Traditional Puerto Rico dish

Mofongo (/es/) is a dish from Puerto Rico
with plantains as its main ingredient. Plantains are picked green, cut into pieces and typically fried in more modern versions but can be boiled in broth or roasted, then mashed with salt, garlic, pork, broth, and cooking oil (olive oil, butter, and lard is typically used) in a wooden pilón (mortar and pestle). Cassava and sweet potato are boiled, then roasted or flash-fried; plantains can also be made in this method or roasted before flash-frying. The goal is to produce a tight ball of mashed plantains that will absorb the attending condiments and have either pork cracklings (chicharrón) or bits of bacon inside. It is traditionally served with fried meat and chicken broth soup. Particular flavors result from variations that include vegetables, chicken, shrimp, beef, or octopus packed inside or around the plantain orb.

==Origin and history==
Mofongo is a traditional Puerto Rican dish combining influences from the cultures of the Greater Antilles island, descending from Spain, West Africa, and Taíno, where Puerto Rico gets most of its culture and roots. These cultural influences also resulted in the creation of mofongo's distantly related but notably different West African dish fufu, but mofongo's unique flavor comes from a combination of West African flavors and the Taíno Indian culinary tradition of mashing root vegetables, mixed with Spanish culinary influences. Fufu, a sticky dough pulled and eaten by hand, is made from various starchy vegetables. Fufu was brought to the Caribbean by Africans in the Spanish New World colonies. Each country developed their own unique dish borne from their cultural origins and influences that were very different from the original native dish such as Trinidad and Tobago (pong plantain also known as tum-tum), Cuba (fufu de plátano and machuquillo), Dominican Republic (mangú), Haiti (tomtom) and Puerto Rico (mofongo and funche criollo); this also most likely includes Colombia (cayeye), Ecuador (bolón), Costa Rica (angú), Amazon region, and Peru (tacacho).
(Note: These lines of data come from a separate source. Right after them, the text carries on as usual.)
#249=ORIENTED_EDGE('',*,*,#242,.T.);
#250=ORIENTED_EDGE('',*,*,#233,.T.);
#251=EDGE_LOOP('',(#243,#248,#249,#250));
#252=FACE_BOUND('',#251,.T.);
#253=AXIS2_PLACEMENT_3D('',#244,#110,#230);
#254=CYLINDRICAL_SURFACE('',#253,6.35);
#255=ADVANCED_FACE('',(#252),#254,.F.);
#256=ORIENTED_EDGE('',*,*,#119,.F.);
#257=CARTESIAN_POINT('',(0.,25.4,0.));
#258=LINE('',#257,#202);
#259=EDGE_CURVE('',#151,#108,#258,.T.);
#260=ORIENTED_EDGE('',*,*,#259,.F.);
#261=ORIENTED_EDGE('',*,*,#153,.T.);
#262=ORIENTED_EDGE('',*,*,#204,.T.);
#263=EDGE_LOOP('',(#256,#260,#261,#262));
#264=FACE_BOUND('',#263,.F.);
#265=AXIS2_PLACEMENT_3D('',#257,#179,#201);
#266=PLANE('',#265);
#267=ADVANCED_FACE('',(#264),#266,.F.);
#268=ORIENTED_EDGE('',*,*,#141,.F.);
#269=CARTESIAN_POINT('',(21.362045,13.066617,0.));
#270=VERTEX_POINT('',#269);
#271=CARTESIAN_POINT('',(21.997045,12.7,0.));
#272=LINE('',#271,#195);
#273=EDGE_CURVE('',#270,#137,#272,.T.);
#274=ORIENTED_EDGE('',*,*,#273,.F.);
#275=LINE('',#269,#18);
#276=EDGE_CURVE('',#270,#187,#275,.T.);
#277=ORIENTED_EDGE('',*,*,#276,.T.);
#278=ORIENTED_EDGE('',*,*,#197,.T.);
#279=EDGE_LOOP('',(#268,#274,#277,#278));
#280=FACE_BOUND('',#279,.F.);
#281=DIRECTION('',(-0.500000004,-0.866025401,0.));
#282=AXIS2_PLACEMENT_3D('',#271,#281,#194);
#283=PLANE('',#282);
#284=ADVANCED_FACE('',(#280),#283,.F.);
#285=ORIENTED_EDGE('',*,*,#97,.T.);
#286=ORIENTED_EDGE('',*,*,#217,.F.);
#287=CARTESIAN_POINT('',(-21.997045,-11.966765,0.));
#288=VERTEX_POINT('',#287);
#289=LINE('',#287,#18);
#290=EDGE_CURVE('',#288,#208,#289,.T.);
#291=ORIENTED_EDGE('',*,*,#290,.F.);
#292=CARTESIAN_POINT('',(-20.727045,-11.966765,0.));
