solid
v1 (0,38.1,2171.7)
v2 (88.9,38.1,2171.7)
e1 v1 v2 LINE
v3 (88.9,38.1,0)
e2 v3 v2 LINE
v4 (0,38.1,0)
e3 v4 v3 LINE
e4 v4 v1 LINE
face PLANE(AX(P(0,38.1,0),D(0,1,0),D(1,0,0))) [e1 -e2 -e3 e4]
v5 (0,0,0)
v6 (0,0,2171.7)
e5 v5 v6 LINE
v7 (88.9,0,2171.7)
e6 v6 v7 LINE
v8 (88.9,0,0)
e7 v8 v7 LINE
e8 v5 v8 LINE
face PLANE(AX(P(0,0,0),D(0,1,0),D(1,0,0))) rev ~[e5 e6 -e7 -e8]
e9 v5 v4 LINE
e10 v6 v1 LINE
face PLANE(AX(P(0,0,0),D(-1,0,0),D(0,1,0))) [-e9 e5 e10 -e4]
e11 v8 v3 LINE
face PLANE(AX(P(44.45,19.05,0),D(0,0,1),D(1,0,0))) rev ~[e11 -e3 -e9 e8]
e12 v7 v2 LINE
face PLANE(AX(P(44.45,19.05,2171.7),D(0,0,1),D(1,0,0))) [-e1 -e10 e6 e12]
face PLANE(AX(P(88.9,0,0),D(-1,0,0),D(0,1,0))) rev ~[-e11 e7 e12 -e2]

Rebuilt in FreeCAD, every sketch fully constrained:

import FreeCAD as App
import Part
import Sketcher

V = App.Vector
Q = App.Units.Quantity


def add_polygon(sketch, points):
    """Adds a closed chain of lines whose ends are joined by coincident constraints."""
    first, n = sketch.GeometryCount, len(points)
    for a, b in zip(points, points[1:] + points[:1]):
        sketch.addGeometry(Part.LineSegment(App.Vector(*a, 0), App.Vector(*b, 0)), False)
    for i in range(n):
        sketch.addConstraint(Sketcher.Constraint("Coincident", first + i, 2, first + (i + 1) % n, 1))

doc = App.newDocument("Part")
body = doc.addObject("PartDesign::Body", "Body")

# Sketch on XY plane
sketch1 = body.newObject("Sketcher::SketchObject", "Sketch")
sketch1.AttachmentSupport = (doc.getObject("XY_Plane"), [""])
sketch1.MapMode = "FlatFace"
add_polygon(sketch1, [(0, 38), (0, 0), (89, 0), (89, 38)])  # lines 0-3
sketch1.addConstraint(Sketcher.Constraint("Vertical", 0))
sketch1.addConstraint(Sketcher.Constraint("Horizontal", 1))
sketch1.addConstraint(Sketcher.Constraint("Vertical", 2))
sketch1.addConstraint(Sketcher.Constraint("Horizontal", 3))
sketch1.addConstraint(Sketcher.Constraint("Coincident", 0, 2, -1, 1))
sketch1.addConstraint(Sketcher.Constraint("DistanceX", 1, 1, 1, 2, Q("3.5 in")))
sketch1.addConstraint(Sketcher.Constraint("DistanceY", 0, 2, 0, 1, Q("1.5 in")))
pad1 = body.newObject("PartDesign::Pad", "Pad")
pad1.Profile = sketch1
pad1.Length = Q("85.5 in")

doc.recompute()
The earliest known written recipes for mofongo appeared in Puerto Rico's first cookbook, El Cocinero Puerto-Riqueño o Formulario, in 1859. The title of the recipe is mofongo criollo. Green plantains are cleaned with lemon, boiled with veal and hen, then mashed with garlic, oregano, ají dulce, bacon or lard, and ham. It is then formed into a ball and eaten with the broth in which it was cooked.

The El Cocinero Puerto-Riqueño o Formulario has similar recipes. Funche criollo is made from green or yellow plantains boiled with taro or yams, mashed and eaten with sesame broth soup or a sauce made from garlic, lard, tomato sauce, onions, and ají dulce (sofrito). The similar funche criollo does not include pork, however, one of the key ingredients in traditional mofongo.

Another well-known recipe was written by Elizabeth B.K. Dooley in her Puerto Rican cookbook (1948). The recipe calls for yellow plantains fried in lard, mashed with garlic, olive oil, and chicharrón, and then formed into a ball.

A 1980 booklet from the U.S. government promoting tourism in Puerto Rico wrote of mofongo as being "jocularly described as a Puerto Rican matzoh ball" and described mofongo as being a "mashed, roasted plantain, combine with bacon, spices and goes well with chicken soup".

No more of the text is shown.